The main task of the OpenCL dispatcher is to ensure parallel execution of multiple kernel instances. Here applied the accumulated decades of scientific and practical experience. While some cores load data into registers, another part is currently working with memory or performing calculations - as a result, the GPU core is always fully loaded.

The OpenCL compiler does a good job of optimizing, but it's easier for a developer to influence performance. Optimization for the GPU goes in two directions - speeding up code execution and the possibility of its parallelization. How well the code is parallelized by the compiler depends on several things: the number of scratch registers (which are located in the slowest GPU memory - global), the size of the compiled code (you need to fit in 32 kb cache), the number of vector and scalar registers used.

### ComBox A-480 GPU or one million cores

This is the most interesting part of the project when we switched from Excel to a computing cluster consisting of 480 AMD RX 480 video cards. Large, fast, efficient. Fully prepared to perform the task and obtain the results that the world has never seen.

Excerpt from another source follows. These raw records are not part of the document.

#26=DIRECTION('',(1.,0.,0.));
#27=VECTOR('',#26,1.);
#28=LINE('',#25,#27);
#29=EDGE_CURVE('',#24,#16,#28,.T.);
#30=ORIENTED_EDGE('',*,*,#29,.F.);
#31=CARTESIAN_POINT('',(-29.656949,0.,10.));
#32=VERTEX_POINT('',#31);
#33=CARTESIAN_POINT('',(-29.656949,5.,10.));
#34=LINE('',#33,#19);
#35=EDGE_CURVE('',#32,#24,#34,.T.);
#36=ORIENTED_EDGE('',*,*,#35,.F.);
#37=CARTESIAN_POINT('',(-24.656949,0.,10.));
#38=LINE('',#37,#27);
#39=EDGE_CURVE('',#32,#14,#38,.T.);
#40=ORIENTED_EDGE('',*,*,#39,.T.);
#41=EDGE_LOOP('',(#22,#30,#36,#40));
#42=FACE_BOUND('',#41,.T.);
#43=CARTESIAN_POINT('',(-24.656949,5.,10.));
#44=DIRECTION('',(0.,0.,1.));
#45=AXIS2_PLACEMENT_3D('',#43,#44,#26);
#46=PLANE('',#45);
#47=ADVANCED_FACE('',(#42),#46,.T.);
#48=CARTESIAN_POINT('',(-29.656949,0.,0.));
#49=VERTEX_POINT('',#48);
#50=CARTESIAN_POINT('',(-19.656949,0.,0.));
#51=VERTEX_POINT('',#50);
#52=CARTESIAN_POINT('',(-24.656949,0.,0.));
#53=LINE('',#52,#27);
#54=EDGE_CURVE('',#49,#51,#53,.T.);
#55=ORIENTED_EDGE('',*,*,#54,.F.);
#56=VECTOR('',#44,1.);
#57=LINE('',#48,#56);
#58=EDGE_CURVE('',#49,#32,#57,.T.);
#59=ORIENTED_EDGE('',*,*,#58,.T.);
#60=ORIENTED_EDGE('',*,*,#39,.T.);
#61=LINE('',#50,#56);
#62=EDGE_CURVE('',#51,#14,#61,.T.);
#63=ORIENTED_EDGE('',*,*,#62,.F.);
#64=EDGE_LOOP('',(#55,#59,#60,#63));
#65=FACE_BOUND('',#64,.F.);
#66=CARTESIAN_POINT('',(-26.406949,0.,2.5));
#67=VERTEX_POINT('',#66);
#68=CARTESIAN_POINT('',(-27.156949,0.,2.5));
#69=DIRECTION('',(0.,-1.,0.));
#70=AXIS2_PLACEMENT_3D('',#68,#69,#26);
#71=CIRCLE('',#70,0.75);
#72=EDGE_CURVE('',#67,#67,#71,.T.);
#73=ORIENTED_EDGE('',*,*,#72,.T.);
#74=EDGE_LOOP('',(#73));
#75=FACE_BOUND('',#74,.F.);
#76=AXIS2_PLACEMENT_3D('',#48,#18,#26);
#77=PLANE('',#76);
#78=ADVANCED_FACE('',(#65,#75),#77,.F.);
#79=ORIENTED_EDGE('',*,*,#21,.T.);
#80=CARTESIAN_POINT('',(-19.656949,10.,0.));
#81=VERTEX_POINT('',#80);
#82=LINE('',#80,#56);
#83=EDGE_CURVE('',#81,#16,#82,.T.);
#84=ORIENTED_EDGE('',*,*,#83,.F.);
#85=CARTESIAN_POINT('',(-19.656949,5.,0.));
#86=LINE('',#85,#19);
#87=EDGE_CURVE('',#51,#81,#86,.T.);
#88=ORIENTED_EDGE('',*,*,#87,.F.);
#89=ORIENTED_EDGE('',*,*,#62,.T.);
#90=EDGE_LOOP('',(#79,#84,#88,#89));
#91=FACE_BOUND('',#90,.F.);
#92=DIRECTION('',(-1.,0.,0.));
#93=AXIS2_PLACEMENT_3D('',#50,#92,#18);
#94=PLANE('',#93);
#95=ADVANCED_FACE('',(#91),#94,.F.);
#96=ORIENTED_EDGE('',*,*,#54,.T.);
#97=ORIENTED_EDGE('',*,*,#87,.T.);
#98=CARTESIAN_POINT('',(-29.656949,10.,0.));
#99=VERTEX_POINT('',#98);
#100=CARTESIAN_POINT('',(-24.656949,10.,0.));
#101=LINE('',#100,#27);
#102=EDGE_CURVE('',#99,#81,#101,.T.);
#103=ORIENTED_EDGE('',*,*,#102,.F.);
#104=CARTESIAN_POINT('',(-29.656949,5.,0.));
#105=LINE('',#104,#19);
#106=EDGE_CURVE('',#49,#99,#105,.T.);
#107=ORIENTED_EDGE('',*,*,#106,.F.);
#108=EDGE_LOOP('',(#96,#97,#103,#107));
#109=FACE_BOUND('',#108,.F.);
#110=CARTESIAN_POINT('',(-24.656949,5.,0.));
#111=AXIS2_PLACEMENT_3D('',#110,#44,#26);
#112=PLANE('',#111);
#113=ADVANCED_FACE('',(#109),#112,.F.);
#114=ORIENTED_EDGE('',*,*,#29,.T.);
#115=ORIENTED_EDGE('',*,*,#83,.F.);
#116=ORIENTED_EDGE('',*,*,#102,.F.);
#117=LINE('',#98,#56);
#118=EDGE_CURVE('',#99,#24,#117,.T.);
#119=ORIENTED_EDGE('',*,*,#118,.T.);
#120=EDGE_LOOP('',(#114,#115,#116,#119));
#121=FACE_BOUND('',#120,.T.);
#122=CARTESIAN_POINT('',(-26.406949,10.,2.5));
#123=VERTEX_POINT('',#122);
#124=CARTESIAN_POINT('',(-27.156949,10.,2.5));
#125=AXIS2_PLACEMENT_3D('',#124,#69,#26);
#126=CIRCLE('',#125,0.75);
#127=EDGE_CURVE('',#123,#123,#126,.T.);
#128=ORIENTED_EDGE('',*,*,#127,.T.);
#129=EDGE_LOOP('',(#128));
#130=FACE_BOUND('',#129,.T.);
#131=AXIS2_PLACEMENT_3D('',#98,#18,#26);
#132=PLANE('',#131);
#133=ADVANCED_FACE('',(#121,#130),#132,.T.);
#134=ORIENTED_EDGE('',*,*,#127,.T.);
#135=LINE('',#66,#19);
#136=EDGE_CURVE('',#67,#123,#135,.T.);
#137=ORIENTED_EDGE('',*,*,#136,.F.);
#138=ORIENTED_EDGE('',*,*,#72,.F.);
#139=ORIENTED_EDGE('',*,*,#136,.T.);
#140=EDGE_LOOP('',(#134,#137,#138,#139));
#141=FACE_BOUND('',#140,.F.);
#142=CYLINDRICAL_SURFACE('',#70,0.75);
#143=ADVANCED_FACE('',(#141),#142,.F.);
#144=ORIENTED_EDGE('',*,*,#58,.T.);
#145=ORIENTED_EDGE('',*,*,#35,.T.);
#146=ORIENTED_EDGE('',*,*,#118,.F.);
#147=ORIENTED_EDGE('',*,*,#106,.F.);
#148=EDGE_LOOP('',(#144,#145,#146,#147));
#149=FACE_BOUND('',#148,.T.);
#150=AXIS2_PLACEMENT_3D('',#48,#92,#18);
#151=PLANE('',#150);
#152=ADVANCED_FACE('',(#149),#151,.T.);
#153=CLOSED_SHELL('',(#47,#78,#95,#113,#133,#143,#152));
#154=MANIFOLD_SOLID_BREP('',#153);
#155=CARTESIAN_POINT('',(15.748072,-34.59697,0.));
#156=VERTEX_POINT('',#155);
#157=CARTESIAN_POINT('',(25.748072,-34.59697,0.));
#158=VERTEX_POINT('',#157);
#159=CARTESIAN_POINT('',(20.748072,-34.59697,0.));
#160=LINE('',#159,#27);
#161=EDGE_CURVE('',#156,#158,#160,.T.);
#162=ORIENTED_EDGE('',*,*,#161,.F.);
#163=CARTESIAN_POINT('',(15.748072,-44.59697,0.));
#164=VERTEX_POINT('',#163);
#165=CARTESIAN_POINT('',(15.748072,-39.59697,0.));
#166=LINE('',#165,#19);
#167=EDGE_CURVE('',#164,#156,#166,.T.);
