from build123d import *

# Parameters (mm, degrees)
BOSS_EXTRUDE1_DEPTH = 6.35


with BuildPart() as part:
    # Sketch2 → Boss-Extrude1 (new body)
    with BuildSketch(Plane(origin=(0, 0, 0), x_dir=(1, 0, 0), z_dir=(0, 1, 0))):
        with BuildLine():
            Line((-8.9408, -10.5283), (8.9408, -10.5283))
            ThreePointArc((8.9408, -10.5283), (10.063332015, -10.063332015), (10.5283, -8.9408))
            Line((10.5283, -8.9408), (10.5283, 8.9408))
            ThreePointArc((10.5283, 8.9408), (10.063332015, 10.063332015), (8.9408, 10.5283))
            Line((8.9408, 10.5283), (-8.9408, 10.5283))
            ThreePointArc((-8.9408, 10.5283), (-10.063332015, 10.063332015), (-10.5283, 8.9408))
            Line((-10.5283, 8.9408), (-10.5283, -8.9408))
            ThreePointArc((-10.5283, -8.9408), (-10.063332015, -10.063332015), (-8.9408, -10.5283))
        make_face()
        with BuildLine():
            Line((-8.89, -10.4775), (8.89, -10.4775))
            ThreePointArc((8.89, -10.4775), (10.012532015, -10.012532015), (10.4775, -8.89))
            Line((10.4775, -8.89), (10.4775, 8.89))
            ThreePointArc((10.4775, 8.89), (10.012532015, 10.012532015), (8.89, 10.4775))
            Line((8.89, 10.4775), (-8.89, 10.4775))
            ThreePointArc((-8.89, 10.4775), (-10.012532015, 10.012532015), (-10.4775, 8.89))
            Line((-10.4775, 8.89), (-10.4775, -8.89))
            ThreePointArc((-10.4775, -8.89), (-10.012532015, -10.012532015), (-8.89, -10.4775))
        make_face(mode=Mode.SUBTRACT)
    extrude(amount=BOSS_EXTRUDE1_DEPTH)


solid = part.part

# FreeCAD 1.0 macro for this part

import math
import FreeCAD as App
import Part
import Sketcher

V = App.Vector
Q = App.Units.Quantity

doc = App.newDocument("Part")
body = doc.addObject("PartDesign::Body", "Body")

sketch1 = body.newObject("Sketcher::SketchObject", "Sketch")
sketch1.AttachmentSupport = (doc.getObject("XZ_Plane"), [""])
sketch1.MapMode = "FlatFace"
sketch1.addGeometry([
    Part.LineSegment(V(-8.9408, 10.5283, 0), V(8.9408, 10.5283, 0)),
    Part.ArcOfCircle(Part.Circle(V(8.9408, 8.9408, 0), V(0, 0, 1), 1.5875), math.radians(0), math.radians(90)),
    Part.LineSegment(V(10.5283, 8.9408, 0), V(10.5283, -8.9408, 0)),
    Part.ArcOfCircle(Part.Circle(V(8.9408, -8.9408, 0), V(0, 0, 1), 1.5875), math.radians(-90), math.radians(0)),
    Part.LineSegment(V(8.9408, -10.5283, 0), V(-8.9408, -10.5283, 0)),
    Part.ArcOfCircle(Part.Circle(V(-8.9408, -8.9408, 0), V(0, 0, 1), 1.5875), math.radians(180), math.radians(270)),
    Part.LineSegment(V(-10.5283, -8.9408, 0), V(-10.5283, 8.9408, 0)),
    Part.ArcOfCircle(Part.Circle(V(-8.9408, 8.9408, 0), V(0, 0, 1), 1.5875), math.radians(90), math.radians(180)),
    Part.LineSegment(V(8.89, 10.4775, 0), V(-8.89, 10.4775, 0)),
    Part.ArcOfCircle(Part.Circle(V(-8.89, 8.89, 0), V(0, 0, 1), 1.5875), math.radians(90), math.radians(180)),
    Part.LineSegment(V(-10.4775, 8.89, 0), V(-10.4775, -8.89, 0)),
    Part.ArcOfCircle(Part.Circle(V(-8.89, -8.89, 0), V(0, 0, 1), 1.5875), math.radians(180), math.radians(270)),
    Part.LineSegment(V(-8.89, -10.4775, 0), V(8.89, -10.4775, 0)),
    Part.ArcOfCircle(Part.Circle(V(8.89, -8.89, 0), V(0, 0, 1), 1.5875), math.radians(-90), math.radians(0)),
    Part.LineSegment(V(10.4775, -8.89, 0), V(10.4775, 8.89, 0)),
    Part.ArcOfCircle(Part.Circle(V(8.89, 8.89, 0), V(0, 0, 1), 1.5875), math.radians(0), math.radians(90)),
], False)
sketch1.addConstraint([
    Sketcher.Constraint("Tangent", 0, 2, 1, 2),
    Sketcher.Constraint("Tangent", 1, 1, 2, 1),
    Sketcher.Constraint("Tangent", 2, 2, 3, 2),
    Sketcher.Constraint("Tangent", 3, 1, 4, 1),
    Sketcher.Constraint("Tangent", 4, 2, 5, 2),
    Sketcher.Constraint("Tangent", 5, 1, 6, 1),
    Sketcher.Constraint("Tangent", 6, 2, 7, 2),
    Sketcher.Constraint("Tangent", 7, 1, 0, 1),
    Sketcher.Constraint("Tangent", 8, 2, 9, 1),
    Sketcher.Constraint("Tangent", 9, 2, 10, 1),
    Sketcher.Constraint("Tangent", 10, 2, 11, 1),
    Sketcher.Constraint("Tangent", 11, 2, 12, 1),
    Sketcher.Constraint("Tangent", 12, 2, 13, 1),
    Sketcher.Constraint("Tangent", 13, 2, 14, 1),
    Sketcher.Constraint("Tangent", 14, 2, 15, 1),
    Sketcher.Constraint("Tangent", 15, 2, 8, 1),
    Sketcher.Constraint("Horizontal", 0),
    Sketcher.Constraint("Vertical", 2),
    Sketcher.Constraint("Horizontal", 4),
    Sketcher.Constraint("Vertical", 6),
    Sketcher.Constraint("Horizontal", 8),
    Sketcher.Constraint("Vertical", 10),
    Sketcher.Constraint("Horizontal", 12),
    Sketcher.Constraint("Vertical", 14),
    Sketcher.Constraint("Equal", 1, 3),
    Sketcher.Constraint("Equal", 3, 5),
    Sketcher.Constraint("Equal", 5, 7),
    Sketcher.Constraint("Equal", 7, 9),
    Sketcher.Constraint("Equal", 9, 11),
    Sketcher.Constraint("Equal", 11, 13),
    Sketcher.Constraint("Equal", 13, 15),
    Sketcher.Constraint("Symmetric", 1, 3, 5, 3, -1, 1),
    Sketcher.Constraint("Symmetric", 9, 3, 13, 3, -1, 1),
    Sketcher.Constraint("Equal", 4, 2),
    Sketcher.Constraint("Equal", 12, 10),
    Sketcher.Constraint("DistanceX", 8, 2, 8, 1, Q("0.7 in")),
    Sketcher.Constraint("Radius", 1, Q("0.0625 in")),
    Sketcher.Constraint("DistanceX", 0, 1, 0, 2, Q("0.704 in")),
])
pad1 = body.newObject("PartDesign::Pad", "Pad")
pad1.Profile = sketch1
pad1.Length = Q("0.25 in")
pad1.Reversed = True

doc.recompute()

It should be noted that at all stages of improving and optimizing the code, we launched a search for a solution from the very beginning and compared the answers of the new version with the previous ones. This made it possible to be sure that optimization of the code and improvements did not introduce errors into the solutions. Here you need to understand that there are no correct answers at the end of the textbook, and no one in the world knows them.

The launch on the cluster confirmed our assumptions about the speed of solutions: the search for sequences for n> 100 took about an hour. It was amazing to see how on the ComBox A-480 cluster the new solutions were in minutes, while on the CPU it took many hours.

In just two hours of the computing cluster, we got all the solutions up to n = 127. Verification of the decisions showed that the received answers are reliable and correspond to the theorems of Professor A. Chudnov set forth in the article.

### Evolution of speed

If you look at the performance gains in the course of solving the problem, the results were approximately as follows:

- month and a half to n = 80 in Excel;
- hour to n = 80 on Core i5 with an optimized C ++ program;
- 10 minutes to n = 80 on Core i5 using multi-threading;
- 10 minutes to n = 100 on a single AMD RX 480 GPU;
- 120 minutes to n = 127 on ComBox A-480.

### Perspectives and Future

Many tasks standing at the intersection of science and practice are awaiting their solution in order to make our life better. The rental market for computing power is only being formed, and the need for parallel computing continues to grow.

Possible uses for parallel computing:

- tasks of automatic control of vehicles and drones;
- calculations of aerodynamic and hydrodynamic characteristics;
- speech recognition and visual imagery;
- neural network training;
- tasks of astronomy and astronautics;
- statistical and correlation data analysis;
- folding protein-protein compounds;
- early diagnosis of diseases using AI.

Separate direction - cloud computing on the GPU. For example, such giants as Amazon, IBM and Google lease their computing power on the GPU. Today it is safe to say that the future of high-performance parallel computing will belong to the GPU clusters.